Finn is responding this way because your husband hits him. Hitting a dog is simply poor training. It might not have been considered abuse ten years ago, but in modern, ethical training, striking a dog is pretty much considered abuse, and the behavior you describe your husband engaging in, whether you like the terms or not, is abusive. It's also ineffective from a training standpoint.

So now you have a dog that is absolutely terrified of your husband because, as far as he knows, your husband will explode at random with an angry voice and then hit him. In this kind of situation some dogs will urinate in order to appease the angry person. Hitting him, dragging him around, and/or shoving his face in it will simply teach him to pee more easily and with more quantity. "Punishing" Finn for peeing in terror or excitement will simply teach him to do it again. Hitting him will make it worse (as you've already seen). The fact that as recently as last night your husband held him by the collar and struck him is not encouraging. Your husband _cannot hit this dog ever again_ or you may end up with a fearful or even aggressive young dog. If Finn pees out of excitement or fear, calmness is the thing that will cure the issue, not punishment.

Your husband needs to 100% stop "punishing" Finn with any intimidating behavior.

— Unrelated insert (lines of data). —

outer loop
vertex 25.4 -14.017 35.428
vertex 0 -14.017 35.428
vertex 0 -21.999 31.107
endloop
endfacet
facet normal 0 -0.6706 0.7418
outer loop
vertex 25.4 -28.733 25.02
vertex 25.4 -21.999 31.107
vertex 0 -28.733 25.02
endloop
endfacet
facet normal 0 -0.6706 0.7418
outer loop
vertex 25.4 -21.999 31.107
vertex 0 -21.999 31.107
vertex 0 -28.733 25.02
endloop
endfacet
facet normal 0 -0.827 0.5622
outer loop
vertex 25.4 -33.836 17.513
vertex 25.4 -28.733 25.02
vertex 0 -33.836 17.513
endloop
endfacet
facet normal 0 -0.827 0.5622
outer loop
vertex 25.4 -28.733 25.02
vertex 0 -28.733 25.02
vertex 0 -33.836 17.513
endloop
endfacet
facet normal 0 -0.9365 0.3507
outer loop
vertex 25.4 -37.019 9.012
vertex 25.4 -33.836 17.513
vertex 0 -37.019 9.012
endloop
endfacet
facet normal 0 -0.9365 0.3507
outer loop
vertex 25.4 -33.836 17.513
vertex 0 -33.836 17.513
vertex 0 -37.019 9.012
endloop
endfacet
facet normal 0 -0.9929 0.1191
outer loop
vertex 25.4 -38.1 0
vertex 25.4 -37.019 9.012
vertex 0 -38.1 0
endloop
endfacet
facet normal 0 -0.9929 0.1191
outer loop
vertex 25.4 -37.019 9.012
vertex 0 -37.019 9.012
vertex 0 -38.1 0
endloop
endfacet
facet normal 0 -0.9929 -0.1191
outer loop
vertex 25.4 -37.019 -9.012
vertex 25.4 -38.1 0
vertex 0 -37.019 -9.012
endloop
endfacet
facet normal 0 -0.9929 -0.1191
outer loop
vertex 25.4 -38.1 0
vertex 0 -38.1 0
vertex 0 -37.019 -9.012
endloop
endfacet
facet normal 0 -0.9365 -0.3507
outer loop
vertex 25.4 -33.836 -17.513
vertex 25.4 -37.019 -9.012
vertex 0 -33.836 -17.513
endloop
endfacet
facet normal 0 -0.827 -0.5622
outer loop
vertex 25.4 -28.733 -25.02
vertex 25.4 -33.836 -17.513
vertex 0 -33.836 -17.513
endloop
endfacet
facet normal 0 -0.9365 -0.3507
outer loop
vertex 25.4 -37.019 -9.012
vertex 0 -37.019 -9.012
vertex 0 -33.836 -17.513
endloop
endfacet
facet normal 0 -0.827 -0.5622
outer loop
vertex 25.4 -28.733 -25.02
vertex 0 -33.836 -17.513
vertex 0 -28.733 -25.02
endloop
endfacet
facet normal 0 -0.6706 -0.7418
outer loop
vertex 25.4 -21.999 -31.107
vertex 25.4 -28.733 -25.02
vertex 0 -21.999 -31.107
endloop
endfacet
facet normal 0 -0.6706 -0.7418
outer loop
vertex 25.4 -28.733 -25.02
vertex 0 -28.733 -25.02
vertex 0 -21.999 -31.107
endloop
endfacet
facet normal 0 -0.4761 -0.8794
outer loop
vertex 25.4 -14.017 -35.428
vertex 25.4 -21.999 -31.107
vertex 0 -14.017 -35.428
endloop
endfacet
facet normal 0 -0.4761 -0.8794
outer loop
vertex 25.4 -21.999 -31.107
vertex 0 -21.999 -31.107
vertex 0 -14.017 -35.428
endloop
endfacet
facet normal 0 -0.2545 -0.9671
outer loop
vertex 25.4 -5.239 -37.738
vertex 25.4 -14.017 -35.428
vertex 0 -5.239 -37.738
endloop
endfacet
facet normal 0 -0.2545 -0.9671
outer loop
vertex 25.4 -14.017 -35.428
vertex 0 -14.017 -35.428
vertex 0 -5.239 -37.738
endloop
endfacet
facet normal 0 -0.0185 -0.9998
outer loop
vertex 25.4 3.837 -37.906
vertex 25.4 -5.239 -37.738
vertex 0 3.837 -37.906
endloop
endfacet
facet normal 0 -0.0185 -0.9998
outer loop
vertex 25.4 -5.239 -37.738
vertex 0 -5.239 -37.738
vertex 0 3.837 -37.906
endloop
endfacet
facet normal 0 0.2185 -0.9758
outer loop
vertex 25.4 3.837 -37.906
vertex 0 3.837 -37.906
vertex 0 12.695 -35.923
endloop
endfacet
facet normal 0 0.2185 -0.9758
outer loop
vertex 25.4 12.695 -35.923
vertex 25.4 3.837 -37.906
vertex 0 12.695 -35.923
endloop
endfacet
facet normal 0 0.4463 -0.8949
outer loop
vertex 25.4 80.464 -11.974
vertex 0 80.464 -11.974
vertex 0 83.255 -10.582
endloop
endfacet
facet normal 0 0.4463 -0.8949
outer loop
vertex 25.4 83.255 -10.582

That includes, yelling, low voices, angry voices, grabbing him, dragging him, hitting him, and even sudden movements toward him. You are describing a _terrified_ dog. Your husband needs to behave calmly around Finn, and he needs to reward him with mellow praise and treats when Finn does what is desired. When Finn does something your husband doesn't like, your husband needs to withhold reinforcement (no praise, no pets, no food). He cannot (and I cannot stress this hard enough) "punish" Finn in the ways he's used to.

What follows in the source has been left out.